Re: Translations from Martin J. Duerst on 1997-01-16 (www-international@w3.org from January to March 1997)

From: Martin J. Duerst <mduerst@ifi.unizh.ch>
Date: Thu, 16 Jan 1997 19:13:00 +0100 (MET)
To: "M.T. Carrasco Benitez" <carrasco@innet.lu>
cc: www-international@www10.w3.org
Message-ID: <Pine.SUN.3.95.970116185254.245D-100000@enoshima>

On Tue, 14 Jan 1997, M.T. Carrasco Benitez wrote:

> 1) Defining a nomenclature that allows for translation cost little to 
> HTTP and could be very useful in translation.  Example:
> 
>  it-ht   (Italian, human translation)
>  it-mt   (Italian, machine translation)

This may be nice in some cases. But it should not be mandatory.

> 2) The response to a translation request by machine or human would not be 
> instantaneous.  Further work would be needed for longer transactions, 
> probably applicable to other fields.

Does HTTP have something like a delay? Can a server/proxy send back
"not available, but possibily available in 2 weeks"?

> 3) "q" should be the "quality of the linguistic version" and not the 
> "user's preference for the language" (HTTP/1.1).  Example
> 
>   q=1    Translated by a human   Master Translator
>   q=0.5  Translated by a human   Novice Translator
>   q=0.49 Translated by a machine Master Translator

The q for the documents is quality of the documents. The q on
the Accept-Language is the preference of the user.

> 4) A standard nomenclature for "q" is need.  For example, less than 0.5 
> is machined translations.

This would be widely contraproductive. The only restrictions we have
is that we work with multiplication, so 0 is absolutely zero (and
while there may be some need to specify a preference with q=0.0,
a document with q=0 does not make any sense), and a server has to
scale the q values for the calculation in a single query so that
they fit into the 0..1 range. (note that scaling over the whole
server is not needed, q values are relative to queries).

As an example, consider (with serverwide scaled q values), a
server only serving weather reports. Original weather reports
will have q=1.0, translated ones maybe q=0.9, because machine
translation of weather reports is quite reliable.
On the other hand, consider a server for literate works.
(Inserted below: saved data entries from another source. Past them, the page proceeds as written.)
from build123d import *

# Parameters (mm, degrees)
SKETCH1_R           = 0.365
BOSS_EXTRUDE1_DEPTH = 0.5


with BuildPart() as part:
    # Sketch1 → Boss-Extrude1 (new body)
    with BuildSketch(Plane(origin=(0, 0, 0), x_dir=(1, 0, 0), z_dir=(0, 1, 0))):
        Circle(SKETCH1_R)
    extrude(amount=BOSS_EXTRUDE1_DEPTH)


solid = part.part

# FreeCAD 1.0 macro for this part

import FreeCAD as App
import Part
import Sketcher

V = App.Vector

doc = App.newDocument("Part")
body = doc.addObject("PartDesign::Body", "Body")

sketch1 = body.newObject("Sketcher::SketchObject", "Sketch")
sketch1.AttachmentSupport = (doc.getObject("XZ_Plane"), [""])
sketch1.MapMode = "FlatFace"
sketch1.addGeometry(Part.Circle(V(0, 0, 0), V(0, 0, 1), 0.36), False)
sketch1.addConstraint([
    Sketcher.Constraint("Coincident", 0, 3, -1, 1),
    Sketcher.Constraint("Diameter", 0, 0.73),
])
pad1 = body.newObject("PartDesign::Pad", "Pad")
pad1.Profile = sketch1
pad1.Length = 0.5
pad1.Reversed = True

doc.recompute()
It will
rate the literate works (novels, poems,...) itself as 1.0
(maybe not all of them :-), the general pages, lower in quality,
maybe as 0.7, translations of general pages as 0.3, and machine
translations of literary works maybe even as 0.1.
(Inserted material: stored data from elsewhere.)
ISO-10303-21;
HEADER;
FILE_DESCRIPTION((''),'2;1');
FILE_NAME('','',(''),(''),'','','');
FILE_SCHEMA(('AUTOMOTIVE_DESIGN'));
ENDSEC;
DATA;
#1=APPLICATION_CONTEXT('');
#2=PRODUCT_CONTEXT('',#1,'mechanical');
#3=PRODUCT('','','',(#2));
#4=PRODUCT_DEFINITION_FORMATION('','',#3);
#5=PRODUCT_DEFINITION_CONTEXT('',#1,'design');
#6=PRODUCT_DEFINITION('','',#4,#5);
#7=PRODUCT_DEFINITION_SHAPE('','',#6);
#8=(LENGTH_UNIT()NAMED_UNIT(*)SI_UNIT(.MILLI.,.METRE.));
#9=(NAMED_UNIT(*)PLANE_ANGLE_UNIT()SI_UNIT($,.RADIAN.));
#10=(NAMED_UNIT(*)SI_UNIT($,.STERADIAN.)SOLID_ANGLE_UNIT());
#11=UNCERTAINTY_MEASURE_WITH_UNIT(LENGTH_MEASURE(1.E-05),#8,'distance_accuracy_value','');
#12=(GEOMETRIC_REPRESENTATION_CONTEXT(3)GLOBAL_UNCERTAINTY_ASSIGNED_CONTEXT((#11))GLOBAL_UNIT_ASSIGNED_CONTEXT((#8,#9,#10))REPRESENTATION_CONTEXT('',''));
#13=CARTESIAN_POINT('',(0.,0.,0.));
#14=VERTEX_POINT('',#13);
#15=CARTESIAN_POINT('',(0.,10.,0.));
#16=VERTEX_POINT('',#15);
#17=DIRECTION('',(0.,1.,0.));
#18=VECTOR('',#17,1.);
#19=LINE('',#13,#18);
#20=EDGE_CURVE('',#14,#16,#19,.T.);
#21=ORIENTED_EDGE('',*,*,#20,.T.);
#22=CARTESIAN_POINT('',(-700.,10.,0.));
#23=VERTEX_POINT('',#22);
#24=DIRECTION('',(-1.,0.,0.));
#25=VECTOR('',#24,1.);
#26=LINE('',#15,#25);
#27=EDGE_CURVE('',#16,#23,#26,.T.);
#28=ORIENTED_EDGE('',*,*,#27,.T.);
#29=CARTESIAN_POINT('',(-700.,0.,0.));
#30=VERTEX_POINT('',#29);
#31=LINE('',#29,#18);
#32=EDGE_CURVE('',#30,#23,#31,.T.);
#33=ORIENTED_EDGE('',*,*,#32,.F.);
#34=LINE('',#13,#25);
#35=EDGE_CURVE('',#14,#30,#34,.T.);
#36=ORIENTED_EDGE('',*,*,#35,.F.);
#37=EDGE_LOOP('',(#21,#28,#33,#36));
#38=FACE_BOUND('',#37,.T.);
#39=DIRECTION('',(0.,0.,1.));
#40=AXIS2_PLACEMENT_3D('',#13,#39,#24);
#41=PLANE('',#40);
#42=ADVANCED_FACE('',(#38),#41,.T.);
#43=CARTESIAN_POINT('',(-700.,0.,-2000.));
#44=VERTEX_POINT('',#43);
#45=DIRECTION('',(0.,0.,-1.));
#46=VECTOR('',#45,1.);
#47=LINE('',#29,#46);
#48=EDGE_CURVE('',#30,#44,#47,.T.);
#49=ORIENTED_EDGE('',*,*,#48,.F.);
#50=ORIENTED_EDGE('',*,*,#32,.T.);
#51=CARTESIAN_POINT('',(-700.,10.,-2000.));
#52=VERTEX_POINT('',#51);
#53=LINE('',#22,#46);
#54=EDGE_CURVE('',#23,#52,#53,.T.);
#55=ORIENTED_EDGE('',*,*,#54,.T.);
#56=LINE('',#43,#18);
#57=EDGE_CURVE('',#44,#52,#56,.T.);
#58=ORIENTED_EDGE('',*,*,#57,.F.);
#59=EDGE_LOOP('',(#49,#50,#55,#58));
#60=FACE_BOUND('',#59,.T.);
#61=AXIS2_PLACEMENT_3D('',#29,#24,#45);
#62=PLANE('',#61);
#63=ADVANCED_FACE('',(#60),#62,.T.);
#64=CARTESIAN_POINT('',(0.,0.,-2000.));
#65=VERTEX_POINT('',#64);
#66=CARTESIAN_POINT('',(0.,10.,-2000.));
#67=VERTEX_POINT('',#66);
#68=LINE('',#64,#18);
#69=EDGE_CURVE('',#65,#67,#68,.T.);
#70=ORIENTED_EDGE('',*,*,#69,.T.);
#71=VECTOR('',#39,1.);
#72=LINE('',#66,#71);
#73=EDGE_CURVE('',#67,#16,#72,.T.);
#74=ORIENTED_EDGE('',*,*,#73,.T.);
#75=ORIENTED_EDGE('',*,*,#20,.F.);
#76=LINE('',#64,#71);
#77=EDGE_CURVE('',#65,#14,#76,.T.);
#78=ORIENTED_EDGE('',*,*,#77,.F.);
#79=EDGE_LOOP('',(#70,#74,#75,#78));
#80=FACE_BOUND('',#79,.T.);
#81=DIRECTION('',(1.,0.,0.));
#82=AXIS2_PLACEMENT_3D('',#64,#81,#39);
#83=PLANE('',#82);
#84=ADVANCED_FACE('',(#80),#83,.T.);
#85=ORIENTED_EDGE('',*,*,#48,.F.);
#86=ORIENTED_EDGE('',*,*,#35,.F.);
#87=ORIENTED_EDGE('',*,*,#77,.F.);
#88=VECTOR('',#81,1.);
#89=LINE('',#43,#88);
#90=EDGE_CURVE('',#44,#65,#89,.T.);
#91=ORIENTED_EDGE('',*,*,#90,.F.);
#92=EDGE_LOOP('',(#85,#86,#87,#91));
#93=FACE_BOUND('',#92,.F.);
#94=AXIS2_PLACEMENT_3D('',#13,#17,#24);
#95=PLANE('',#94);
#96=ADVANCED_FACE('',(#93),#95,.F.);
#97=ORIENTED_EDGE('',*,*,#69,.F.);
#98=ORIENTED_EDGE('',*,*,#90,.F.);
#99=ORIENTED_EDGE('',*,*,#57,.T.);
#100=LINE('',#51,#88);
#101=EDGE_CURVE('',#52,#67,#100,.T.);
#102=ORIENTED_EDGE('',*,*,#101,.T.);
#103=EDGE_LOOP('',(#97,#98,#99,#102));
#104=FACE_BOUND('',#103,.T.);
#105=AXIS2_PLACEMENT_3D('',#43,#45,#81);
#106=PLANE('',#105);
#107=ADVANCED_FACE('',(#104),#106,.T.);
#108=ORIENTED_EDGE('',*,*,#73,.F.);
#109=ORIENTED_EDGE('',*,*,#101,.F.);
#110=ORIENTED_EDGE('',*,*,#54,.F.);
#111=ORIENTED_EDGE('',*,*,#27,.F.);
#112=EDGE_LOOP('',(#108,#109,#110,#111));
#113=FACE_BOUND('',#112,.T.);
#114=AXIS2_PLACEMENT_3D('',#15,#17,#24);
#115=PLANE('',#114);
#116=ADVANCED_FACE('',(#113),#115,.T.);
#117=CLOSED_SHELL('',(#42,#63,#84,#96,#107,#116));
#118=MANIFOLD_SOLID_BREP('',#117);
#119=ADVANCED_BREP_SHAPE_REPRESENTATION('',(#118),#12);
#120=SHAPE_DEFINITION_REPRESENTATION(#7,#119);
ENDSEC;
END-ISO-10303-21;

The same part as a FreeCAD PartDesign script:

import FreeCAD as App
import Part
import Sketcher
Q = App.Units.Quantity


def add_polygon(sketch, points):
    """Adds a closed chain of lines whose ends are joined by coincident constraints."""
    first, n = sketch.GeometryCount, len(points)
    for a, b in zip(points, points[1:] + points[:1]):
        sketch.addGeometry(Part.LineSegment(App.Vector(*a, 0), App.Vector(*b, 0)), False)
    for i in range(n):
        sketch.addConstraint(Sketcher.Constraint("Coincident", first + i, 2, first + (i + 1) % n, 1))

doc = App.newDocument("Part")
params = doc.addObject("Spreadsheet::Sheet", "Params")
for row, (alias, value) in enumerate([
    ("sketch1_width", "700 mm"),
    ("sketch1_height", "2000 mm"),
    ("pad1_length", "10 mm"),
], start=1):
    params.set(f"A{row}", alias)
    params.set(f"B{row}", "=" + value)
    params.setAlias(f"B{row}", alias)

body = doc.addObject("PartDesign::Body", "Body")

sketch1 = doc.addObject("Sketcher::SketchObject", "Sketch")
body.addObject(sketch1)
sketch1.AttachmentSupport = (doc.XZ_Plane, [""])
sketch1.MapMode = "FlatFace"
add_polygon(sketch1, [(-700, 0), (0, 0), (0, -2000), (-700, -2000)])
sketch1.addConstraint(Sketcher.Constraint("Horizontal", 0))
sketch1.addConstraint(Sketcher.Constraint("Vertical", 1))
sketch1.addConstraint(Sketcher.Constraint("Horizontal", 2))
sketch1.addConstraint(Sketcher.Constraint("Vertical", 3))
sketch1.addConstraint(Sketcher.Constraint("Coincident", 0, 2, -1, 1))
sketch1.addConstraint(Sketcher.Constraint("DistanceX", 0, 1, 0, 2, Q("700 mm")))
sketch1.addConstraint(Sketcher.Constraint("DistanceY", 1, 2, 1, 1, Q("2000 mm")))
sketch1.setExpression("Constraints[9]", "Params.sketch1_width")
sketch1.setExpression("Constraints[10]", "Params.sketch1_height")
pad1 = doc.addObject("PartDesign::Pad", "Pad")
body.addObject(pad1)
pad1.Profile = sketch1
pad1.setExpression("Length", "Params.pad1_length")
pad1.Reversed = True

doc.recompute()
> 5) The Accept-Language should be a ordered "preference list".  There is no 
> need to quantify the preference of the user.

Just to the contrary. If e.g. you know English, German, and Japanese,
how do you express that you know Japanese almost as good as the others,
or just a little bit? Depending on that, the documents you would
prefer to be returned can differ greatly.

The problem with q on Accept-Language is privacy. One part of this
problem is the identification with some language minority, which
may be done independently of q factors. The other is click tracing.
For this, in certain cases even just the set of languages provides
enough information. To alleviate the problem of click-tracing and
privacy, in addition to the provisions in the http specs, it might
be a good idea to agree to restrict the q values set by browsers
to a limited set (e.g. 1.0, 0.8, 0.6, 0.4, 0.2, 0.0). This will
allow a wide expression of relative preferences, while it will
avoid click-tracing on something like "the guy that has Japanese
at 0.4586794".

Regards,	Martin.

Received on Thursday, 16 January 1997 13:13:23 UTC